[Supplied entries]
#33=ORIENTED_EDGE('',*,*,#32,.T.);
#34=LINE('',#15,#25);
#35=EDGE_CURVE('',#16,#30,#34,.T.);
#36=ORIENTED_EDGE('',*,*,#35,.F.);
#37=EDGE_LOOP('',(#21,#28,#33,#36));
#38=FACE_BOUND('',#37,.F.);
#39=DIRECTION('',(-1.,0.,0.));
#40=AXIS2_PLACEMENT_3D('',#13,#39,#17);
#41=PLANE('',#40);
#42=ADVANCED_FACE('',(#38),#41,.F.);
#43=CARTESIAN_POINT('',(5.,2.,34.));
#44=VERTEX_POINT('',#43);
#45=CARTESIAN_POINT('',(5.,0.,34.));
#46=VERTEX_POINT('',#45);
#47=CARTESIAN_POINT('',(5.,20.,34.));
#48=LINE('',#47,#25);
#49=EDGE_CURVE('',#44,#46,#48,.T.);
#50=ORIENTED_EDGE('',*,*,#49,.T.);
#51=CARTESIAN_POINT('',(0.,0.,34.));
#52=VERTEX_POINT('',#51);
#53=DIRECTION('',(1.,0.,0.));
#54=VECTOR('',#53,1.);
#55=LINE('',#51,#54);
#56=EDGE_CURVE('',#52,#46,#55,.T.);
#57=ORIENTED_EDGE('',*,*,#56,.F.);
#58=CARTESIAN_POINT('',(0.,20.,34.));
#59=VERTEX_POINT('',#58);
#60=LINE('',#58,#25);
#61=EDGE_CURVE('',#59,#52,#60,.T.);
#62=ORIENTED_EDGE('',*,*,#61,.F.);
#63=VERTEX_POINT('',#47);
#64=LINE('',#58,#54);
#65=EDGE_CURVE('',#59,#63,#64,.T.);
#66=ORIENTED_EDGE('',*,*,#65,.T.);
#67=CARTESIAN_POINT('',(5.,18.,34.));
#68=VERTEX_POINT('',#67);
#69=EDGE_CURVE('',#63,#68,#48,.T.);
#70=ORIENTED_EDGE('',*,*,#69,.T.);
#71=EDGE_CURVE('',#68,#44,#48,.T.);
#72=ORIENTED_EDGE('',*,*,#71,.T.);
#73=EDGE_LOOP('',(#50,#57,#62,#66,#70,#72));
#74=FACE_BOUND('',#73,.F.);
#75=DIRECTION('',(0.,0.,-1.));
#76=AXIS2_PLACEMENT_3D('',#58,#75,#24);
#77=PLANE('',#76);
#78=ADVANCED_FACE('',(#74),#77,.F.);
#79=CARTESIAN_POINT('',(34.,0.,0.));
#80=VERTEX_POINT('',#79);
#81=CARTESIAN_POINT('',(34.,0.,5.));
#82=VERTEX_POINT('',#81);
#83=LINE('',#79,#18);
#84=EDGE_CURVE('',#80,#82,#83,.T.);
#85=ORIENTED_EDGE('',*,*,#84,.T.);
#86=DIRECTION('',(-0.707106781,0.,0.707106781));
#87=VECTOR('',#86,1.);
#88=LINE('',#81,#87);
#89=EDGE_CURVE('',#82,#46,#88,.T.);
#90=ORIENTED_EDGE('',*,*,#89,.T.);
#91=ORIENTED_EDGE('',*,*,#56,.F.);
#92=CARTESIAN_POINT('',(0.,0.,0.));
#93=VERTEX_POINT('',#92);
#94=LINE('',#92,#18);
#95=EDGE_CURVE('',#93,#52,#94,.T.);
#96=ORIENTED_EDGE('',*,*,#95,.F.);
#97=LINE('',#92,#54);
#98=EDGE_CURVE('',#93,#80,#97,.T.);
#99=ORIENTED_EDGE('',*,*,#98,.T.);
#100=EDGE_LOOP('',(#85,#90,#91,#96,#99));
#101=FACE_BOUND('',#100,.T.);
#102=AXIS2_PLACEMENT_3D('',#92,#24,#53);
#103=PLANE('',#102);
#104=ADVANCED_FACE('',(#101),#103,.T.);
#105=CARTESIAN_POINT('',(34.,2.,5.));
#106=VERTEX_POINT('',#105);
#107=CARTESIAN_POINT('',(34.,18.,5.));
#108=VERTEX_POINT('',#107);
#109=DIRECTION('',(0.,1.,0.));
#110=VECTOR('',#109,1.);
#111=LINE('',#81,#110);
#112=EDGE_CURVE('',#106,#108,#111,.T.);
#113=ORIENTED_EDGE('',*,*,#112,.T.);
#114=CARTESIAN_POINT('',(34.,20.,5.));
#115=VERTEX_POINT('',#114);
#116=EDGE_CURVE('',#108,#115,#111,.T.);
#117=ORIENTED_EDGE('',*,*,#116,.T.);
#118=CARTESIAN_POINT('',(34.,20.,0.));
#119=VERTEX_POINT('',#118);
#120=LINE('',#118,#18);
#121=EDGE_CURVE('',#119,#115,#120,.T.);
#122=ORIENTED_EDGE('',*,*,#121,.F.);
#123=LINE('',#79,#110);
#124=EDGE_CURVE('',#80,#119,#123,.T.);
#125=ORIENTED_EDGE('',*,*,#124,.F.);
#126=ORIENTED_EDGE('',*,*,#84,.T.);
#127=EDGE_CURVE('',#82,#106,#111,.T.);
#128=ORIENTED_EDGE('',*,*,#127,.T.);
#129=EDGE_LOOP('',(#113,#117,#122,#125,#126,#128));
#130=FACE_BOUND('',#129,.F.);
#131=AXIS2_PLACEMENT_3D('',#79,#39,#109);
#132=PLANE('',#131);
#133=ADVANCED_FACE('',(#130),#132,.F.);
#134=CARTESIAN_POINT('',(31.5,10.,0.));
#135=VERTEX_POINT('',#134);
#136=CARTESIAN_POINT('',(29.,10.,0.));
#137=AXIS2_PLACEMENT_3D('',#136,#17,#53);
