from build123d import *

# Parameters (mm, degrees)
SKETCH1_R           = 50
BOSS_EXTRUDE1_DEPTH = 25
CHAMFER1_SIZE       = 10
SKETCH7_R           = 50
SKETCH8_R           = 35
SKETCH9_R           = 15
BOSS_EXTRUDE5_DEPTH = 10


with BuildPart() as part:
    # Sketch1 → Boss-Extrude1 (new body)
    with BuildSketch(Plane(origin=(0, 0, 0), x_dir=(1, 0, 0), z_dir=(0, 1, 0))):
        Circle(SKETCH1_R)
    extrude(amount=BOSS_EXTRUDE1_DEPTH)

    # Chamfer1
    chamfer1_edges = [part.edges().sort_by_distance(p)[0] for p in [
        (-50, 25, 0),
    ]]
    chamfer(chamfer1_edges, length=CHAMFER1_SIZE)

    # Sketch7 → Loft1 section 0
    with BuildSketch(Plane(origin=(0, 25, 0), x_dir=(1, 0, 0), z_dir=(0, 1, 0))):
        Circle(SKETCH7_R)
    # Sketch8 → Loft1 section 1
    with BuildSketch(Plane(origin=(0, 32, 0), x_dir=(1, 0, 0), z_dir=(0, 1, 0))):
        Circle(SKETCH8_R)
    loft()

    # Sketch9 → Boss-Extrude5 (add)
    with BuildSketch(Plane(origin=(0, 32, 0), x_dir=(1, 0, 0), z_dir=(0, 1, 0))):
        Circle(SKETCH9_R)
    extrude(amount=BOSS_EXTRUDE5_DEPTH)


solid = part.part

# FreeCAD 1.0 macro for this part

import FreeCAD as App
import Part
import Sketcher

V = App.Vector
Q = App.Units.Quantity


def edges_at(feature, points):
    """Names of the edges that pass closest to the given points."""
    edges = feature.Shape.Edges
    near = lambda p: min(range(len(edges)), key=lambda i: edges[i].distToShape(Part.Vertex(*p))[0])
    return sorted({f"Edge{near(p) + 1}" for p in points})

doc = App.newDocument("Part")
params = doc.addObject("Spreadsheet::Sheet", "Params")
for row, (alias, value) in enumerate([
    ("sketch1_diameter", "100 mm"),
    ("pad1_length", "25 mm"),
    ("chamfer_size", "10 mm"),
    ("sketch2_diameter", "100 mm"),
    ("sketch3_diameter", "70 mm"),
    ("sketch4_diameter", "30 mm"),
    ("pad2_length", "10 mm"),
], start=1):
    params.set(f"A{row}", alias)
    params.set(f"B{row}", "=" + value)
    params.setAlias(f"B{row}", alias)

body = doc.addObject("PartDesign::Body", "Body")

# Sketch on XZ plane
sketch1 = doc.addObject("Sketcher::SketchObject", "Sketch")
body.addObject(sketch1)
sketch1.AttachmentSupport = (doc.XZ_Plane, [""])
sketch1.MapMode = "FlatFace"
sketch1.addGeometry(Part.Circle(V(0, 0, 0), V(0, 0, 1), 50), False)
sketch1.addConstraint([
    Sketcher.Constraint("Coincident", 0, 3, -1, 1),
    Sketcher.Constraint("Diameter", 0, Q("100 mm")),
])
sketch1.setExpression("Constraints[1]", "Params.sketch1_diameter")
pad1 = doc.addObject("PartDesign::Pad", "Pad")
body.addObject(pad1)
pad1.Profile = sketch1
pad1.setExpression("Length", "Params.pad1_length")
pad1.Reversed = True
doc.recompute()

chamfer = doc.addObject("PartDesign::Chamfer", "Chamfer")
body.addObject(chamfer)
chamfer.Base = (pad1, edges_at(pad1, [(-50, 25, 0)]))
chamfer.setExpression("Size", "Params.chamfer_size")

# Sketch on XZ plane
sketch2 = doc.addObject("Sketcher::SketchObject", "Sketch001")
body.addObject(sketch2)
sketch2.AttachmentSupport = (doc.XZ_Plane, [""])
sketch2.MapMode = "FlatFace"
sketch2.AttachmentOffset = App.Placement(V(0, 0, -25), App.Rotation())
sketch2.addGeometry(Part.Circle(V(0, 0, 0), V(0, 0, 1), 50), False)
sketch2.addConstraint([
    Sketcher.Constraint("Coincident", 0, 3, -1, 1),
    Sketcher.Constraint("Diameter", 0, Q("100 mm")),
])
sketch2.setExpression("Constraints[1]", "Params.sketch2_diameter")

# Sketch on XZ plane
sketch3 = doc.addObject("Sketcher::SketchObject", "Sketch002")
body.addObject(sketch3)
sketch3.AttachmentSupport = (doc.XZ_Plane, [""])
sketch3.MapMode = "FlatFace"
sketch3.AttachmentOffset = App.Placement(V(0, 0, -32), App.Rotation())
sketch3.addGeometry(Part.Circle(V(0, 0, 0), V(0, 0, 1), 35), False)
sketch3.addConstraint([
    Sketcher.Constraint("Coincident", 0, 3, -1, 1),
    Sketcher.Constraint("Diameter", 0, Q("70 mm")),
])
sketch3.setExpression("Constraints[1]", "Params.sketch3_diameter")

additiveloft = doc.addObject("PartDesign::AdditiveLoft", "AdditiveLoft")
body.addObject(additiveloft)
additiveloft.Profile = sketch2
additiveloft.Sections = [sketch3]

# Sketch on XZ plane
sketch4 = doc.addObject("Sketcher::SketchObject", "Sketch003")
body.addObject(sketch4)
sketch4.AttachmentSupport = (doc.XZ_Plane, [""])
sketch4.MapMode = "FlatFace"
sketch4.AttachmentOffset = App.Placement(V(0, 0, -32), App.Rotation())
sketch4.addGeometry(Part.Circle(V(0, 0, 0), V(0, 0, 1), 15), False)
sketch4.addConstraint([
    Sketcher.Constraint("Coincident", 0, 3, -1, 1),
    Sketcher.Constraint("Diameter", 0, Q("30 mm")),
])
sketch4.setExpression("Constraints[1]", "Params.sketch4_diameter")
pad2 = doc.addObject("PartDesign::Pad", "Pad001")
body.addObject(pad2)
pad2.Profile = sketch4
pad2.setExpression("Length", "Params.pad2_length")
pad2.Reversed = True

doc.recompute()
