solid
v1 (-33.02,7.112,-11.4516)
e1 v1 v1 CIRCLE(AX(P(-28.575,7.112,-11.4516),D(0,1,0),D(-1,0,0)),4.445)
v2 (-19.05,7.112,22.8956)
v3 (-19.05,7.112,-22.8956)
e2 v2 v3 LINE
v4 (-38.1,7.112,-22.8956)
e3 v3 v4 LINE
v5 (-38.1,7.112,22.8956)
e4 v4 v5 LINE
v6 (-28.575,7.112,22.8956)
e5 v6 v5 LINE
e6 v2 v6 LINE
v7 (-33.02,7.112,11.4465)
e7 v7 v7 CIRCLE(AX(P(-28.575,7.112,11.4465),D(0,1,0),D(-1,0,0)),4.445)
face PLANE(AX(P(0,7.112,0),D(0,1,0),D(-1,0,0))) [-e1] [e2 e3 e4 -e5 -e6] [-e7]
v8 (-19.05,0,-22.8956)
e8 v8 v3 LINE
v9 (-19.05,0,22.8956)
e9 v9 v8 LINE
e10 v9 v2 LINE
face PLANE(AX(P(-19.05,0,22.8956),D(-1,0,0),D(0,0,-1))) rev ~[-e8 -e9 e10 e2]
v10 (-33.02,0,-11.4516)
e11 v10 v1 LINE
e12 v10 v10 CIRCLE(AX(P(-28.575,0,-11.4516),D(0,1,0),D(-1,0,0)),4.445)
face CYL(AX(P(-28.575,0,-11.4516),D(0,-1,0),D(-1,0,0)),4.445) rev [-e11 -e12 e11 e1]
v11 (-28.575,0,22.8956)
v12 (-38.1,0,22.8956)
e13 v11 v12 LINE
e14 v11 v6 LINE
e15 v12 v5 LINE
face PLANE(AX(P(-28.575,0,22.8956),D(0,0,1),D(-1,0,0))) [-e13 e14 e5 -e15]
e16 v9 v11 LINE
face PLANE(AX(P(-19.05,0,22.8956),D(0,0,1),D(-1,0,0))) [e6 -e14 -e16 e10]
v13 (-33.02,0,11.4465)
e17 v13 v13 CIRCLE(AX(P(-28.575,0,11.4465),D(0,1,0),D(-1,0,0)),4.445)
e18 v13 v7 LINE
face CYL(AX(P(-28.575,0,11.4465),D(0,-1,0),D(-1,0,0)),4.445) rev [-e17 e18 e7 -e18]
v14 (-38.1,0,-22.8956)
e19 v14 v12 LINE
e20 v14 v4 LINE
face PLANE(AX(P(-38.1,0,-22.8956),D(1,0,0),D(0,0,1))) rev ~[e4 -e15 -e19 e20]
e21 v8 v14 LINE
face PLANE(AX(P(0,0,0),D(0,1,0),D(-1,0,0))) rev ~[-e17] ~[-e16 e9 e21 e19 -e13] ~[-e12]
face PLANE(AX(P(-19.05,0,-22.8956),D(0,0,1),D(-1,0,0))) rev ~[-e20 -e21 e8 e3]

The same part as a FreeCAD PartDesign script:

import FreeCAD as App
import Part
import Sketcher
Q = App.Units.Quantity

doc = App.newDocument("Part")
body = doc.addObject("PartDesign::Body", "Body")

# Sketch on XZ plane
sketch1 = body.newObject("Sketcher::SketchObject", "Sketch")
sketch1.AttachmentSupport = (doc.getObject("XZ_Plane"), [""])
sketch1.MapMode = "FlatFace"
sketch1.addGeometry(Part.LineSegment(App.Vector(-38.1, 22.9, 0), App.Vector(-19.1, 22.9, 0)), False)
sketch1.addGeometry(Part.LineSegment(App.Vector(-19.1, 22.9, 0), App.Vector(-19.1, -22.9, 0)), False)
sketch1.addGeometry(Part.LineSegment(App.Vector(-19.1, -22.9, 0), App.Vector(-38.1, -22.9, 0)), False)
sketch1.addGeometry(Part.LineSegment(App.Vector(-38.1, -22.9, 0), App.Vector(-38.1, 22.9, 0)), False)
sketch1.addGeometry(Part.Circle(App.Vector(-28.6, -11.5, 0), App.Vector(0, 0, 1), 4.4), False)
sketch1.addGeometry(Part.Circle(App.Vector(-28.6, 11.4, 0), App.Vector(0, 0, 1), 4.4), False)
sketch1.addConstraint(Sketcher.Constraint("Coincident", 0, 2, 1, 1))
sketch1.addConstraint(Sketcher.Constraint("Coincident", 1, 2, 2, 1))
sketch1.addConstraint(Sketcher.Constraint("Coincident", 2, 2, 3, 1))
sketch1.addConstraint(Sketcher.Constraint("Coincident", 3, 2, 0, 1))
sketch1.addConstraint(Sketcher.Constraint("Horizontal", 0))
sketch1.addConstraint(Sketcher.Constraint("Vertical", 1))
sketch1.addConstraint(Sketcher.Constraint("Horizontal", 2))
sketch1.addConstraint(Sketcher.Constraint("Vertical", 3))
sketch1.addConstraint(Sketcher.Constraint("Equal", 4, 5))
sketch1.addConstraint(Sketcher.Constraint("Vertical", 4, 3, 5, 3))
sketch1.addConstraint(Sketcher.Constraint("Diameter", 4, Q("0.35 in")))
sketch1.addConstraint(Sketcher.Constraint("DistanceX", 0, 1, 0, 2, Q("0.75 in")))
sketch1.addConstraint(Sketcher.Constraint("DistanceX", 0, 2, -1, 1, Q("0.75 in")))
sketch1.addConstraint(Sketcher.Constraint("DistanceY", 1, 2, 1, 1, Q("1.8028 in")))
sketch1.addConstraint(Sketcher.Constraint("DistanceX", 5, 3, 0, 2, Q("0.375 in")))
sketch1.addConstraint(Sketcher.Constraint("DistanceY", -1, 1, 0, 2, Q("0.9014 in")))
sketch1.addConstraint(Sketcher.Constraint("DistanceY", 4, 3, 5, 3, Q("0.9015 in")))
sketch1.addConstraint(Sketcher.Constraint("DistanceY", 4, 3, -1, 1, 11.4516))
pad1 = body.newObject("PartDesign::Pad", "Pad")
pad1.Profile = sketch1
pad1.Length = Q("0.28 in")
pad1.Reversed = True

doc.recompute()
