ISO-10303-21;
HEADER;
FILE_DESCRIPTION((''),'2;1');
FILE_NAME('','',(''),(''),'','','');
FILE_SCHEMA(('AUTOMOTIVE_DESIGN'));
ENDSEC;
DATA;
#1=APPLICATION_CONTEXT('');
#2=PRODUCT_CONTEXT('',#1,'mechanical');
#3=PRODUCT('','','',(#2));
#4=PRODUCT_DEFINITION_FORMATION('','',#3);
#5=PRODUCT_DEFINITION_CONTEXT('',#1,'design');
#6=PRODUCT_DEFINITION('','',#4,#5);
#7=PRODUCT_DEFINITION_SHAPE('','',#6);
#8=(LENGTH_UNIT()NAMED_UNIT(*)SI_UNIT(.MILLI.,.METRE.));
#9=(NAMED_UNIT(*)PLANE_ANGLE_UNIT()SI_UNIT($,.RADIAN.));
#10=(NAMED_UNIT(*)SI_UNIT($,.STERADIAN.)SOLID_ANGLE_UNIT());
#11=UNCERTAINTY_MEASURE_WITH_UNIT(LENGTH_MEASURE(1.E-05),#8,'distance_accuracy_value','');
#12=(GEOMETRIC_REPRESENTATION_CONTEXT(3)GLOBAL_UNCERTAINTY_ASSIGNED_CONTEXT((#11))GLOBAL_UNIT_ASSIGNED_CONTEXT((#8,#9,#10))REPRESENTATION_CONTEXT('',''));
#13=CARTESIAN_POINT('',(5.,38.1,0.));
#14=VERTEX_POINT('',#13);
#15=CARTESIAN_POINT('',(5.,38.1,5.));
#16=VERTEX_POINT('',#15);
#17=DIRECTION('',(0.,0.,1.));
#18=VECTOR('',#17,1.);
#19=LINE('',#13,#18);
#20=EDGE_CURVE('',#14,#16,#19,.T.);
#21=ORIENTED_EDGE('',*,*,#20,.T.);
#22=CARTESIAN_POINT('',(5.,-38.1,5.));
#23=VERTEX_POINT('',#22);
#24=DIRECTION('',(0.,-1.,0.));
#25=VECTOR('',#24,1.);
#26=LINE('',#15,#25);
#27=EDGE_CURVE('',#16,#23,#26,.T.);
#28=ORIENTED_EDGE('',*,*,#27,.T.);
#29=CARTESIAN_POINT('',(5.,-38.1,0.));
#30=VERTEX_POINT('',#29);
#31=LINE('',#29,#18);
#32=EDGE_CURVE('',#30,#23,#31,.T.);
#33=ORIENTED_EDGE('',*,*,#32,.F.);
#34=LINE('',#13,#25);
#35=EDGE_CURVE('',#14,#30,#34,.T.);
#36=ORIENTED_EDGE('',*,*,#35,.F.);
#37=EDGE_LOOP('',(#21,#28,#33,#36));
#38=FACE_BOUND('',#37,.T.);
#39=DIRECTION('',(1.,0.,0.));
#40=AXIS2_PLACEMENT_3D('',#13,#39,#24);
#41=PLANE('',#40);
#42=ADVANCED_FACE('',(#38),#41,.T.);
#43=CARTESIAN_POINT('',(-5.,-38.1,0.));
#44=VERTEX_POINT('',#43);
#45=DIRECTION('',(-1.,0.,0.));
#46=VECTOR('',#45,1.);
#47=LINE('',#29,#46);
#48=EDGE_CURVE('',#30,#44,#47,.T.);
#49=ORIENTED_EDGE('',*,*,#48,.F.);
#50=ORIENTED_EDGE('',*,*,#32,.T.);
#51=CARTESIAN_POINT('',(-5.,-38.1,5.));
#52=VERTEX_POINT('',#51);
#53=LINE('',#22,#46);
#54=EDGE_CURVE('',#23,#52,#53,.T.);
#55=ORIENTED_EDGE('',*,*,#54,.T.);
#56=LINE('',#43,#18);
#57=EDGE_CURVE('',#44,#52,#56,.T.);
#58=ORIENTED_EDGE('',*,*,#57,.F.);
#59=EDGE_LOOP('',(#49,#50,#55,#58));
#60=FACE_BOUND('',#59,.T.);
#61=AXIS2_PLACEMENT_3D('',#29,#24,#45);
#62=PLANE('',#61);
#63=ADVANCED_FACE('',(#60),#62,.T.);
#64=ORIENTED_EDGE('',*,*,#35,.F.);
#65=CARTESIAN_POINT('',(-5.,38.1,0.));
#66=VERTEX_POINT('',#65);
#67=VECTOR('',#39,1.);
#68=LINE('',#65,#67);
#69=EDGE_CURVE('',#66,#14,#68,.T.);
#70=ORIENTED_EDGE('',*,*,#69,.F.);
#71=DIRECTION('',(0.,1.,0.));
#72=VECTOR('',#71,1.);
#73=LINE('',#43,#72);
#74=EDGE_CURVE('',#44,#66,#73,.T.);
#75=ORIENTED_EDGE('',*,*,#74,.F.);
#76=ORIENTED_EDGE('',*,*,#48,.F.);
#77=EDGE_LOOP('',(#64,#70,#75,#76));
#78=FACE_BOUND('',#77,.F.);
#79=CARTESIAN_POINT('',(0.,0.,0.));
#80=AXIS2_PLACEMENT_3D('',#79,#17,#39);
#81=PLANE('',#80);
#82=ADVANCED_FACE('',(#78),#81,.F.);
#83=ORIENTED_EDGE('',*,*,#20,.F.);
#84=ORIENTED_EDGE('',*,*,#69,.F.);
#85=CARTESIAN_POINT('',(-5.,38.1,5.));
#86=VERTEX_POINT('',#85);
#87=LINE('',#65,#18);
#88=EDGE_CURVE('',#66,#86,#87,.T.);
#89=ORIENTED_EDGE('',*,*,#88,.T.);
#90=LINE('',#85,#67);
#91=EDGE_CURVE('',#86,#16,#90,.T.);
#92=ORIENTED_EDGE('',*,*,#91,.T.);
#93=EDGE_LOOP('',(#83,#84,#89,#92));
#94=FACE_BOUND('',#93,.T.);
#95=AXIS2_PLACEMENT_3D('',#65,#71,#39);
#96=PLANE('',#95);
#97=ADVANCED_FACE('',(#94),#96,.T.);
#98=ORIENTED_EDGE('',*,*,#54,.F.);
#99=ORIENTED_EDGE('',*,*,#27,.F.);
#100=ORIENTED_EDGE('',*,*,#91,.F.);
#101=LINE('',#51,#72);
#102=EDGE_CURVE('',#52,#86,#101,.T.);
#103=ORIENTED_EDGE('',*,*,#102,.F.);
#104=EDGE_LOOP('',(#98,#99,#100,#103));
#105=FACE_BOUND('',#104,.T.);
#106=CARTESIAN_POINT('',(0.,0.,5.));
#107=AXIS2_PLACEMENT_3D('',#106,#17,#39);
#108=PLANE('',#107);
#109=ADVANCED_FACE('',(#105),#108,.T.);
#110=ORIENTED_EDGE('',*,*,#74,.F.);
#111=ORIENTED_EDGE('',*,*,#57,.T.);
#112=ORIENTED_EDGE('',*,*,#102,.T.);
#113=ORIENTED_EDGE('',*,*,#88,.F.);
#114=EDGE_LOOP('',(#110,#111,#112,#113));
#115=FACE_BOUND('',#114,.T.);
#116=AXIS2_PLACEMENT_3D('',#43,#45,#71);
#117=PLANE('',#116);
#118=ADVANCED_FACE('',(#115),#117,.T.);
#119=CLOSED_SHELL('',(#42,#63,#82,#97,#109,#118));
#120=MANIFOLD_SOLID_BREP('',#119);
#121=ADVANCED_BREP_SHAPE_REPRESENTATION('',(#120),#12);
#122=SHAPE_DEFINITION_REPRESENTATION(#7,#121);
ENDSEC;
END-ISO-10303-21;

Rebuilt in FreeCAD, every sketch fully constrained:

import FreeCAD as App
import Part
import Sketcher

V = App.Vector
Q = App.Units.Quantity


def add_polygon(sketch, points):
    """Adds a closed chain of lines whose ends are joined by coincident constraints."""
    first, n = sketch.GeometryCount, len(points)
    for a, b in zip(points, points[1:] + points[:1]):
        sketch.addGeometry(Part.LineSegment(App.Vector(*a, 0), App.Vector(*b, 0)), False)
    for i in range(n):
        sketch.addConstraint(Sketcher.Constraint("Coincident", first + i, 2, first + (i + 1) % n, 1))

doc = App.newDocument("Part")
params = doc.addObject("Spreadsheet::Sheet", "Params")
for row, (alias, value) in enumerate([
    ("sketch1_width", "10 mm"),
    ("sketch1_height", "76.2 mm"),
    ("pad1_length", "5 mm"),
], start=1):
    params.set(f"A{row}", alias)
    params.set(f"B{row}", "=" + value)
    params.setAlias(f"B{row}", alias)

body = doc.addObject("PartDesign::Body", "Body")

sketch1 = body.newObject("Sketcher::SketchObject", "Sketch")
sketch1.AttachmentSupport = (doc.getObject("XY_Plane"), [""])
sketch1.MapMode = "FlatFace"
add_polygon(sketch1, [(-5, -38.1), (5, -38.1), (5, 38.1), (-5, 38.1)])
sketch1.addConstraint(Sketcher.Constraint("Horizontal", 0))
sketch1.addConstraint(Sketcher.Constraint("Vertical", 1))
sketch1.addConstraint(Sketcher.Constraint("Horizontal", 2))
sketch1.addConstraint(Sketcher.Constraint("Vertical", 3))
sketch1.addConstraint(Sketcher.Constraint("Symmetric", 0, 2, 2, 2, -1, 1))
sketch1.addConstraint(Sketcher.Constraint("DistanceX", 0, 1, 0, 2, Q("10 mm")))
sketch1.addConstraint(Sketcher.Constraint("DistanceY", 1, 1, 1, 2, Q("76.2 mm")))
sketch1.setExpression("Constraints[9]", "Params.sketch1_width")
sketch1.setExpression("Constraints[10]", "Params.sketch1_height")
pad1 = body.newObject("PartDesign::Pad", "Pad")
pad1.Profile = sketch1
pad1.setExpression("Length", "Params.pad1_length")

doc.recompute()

[Instructions for the task]
Out of the data above, set down the lines from the one with "#90=ORIENTED_EDGE('',*,*,#89,.T.);" to the one with "chamfer(chamfer1_edges, length=CHAMFER1_SIZE)", both included, exactly as written and with no additions.

[Result for this task]
#90=ORIENTED_EDGE('',*,*,#89,.T.);
#91=ORIENTED_EDGE('',*,*,#56,.F.);
#92=CARTESIAN_POINT('',(0.,0.,0.));
#93=VERTEX_POINT('',#92);
#94=LINE('',#92,#18);
#95=EDGE_CURVE('',#93,#52,#94,.T.);
#96=ORIENTED_EDGE('',*,*,#95,.F.);
#97=LINE('',#92,#54);
#98=EDGE_CURVE('',#93,#80,#97,.T.);
#99=ORIENTED_EDGE('',*,*,#98,.T.);
#100=EDGE_LOOP('',(#85,#90,#91,#96,#99));
#101=FACE_BOUND('',#100,.T.);
#102=AXIS2_PLACEMENT_3D('',#92,#24,#53);
#103=PLANE('',#102);
#104=ADVANCED_FACE('',(#101),#103,.T.);
#105=CARTESIAN_POINT('',(34.,2.,5.));
#106=VERTEX_POINT('',#105);
#107=CARTESIAN_POINT('',(34.,18.,5.));
#108=VERTEX_POINT('',#107);
#109=DIRECTION('',(0.,1.,0.));
#110=VECTOR('',#109,1.);
#111=LINE('',#81,#110);
#112=EDGE_CURVE('',#106,#108,#111,.T.);
#113=ORIENTED_EDGE('',*,*,#112,.T.);
#114=CARTESIAN_POINT('',(34.,20.,5.));
#115=VERTEX_POINT('',#114);
#116=EDGE_CURVE('',#108,#115,#111,.T.);
#117=ORIENTED_EDGE('',*,*,#116,.T.);
#118=CARTESIAN_POINT('',(34.,20.,0.));
#119=VERTEX_POINT('',#118);
#120=LINE('',#118,#18);
#121=EDGE_CURVE('',#119,#115,#120,.T.);
#122=ORIENTED_EDGE('',*,*,#121,.F.);
#123=LINE('',#79,#110);
#124=EDGE_CURVE('',#80,#119,#123,.T.);
#125=ORIENTED_EDGE('',*,*,#124,.F.);
#126=ORIENTED_EDGE('',*,*,#84,.T.);
#127=EDGE_CURVE('',#82,#106,#111,.T.);
#128=ORIENTED_EDGE('',*,*,#127,.T.);
#129=EDGE_LOOP('',(#113,#117,#122,#125,#126,#128));
#130=FACE_BOUND('',#129,.F.);
#131=AXIS2_PLACEMENT_3D('',#79,#39,#109);
#132=PLANE('',#131);
#133=ADVANCED_FACE('',(#130),#132,.F.);
#134=CARTESIAN_POINT('',(31.5,10.,0.));
#135=VERTEX_POINT('',#134);
#136=CARTESIAN_POINT('',(29.,10.,0.));
#137=AXIS2_PLACEMENT_3D('',#136,#17,#53);
from build123d import *

# Parameters (mm, degrees)
SKETCH1_R           = 50
BOSS_EXTRUDE1_DEPTH = 25
CHAMFER1_SIZE       = 10
SKETCH7_R           = 50
SKETCH8_R           = 35
SKETCH9_R           = 15
BOSS_EXTRUDE5_DEPTH = 10


with BuildPart() as part:
    # Sketch1 → Boss-Extrude1 (new body)
    with BuildSketch(Plane(origin=(0, 0, 0), x_dir=(1, 0, 0), z_dir=(0, 1, 0))):
        Circle(SKETCH1_R)
    extrude(amount=BOSS_EXTRUDE1_DEPTH)

    # Chamfer1
    chamfer1_edges = [part.edges().sort_by_distance(p)[0] for p in [
        (-50, 25, 0),
    ]]
    chamfer(chamfer1_edges, length=CHAMFER1_SIZE)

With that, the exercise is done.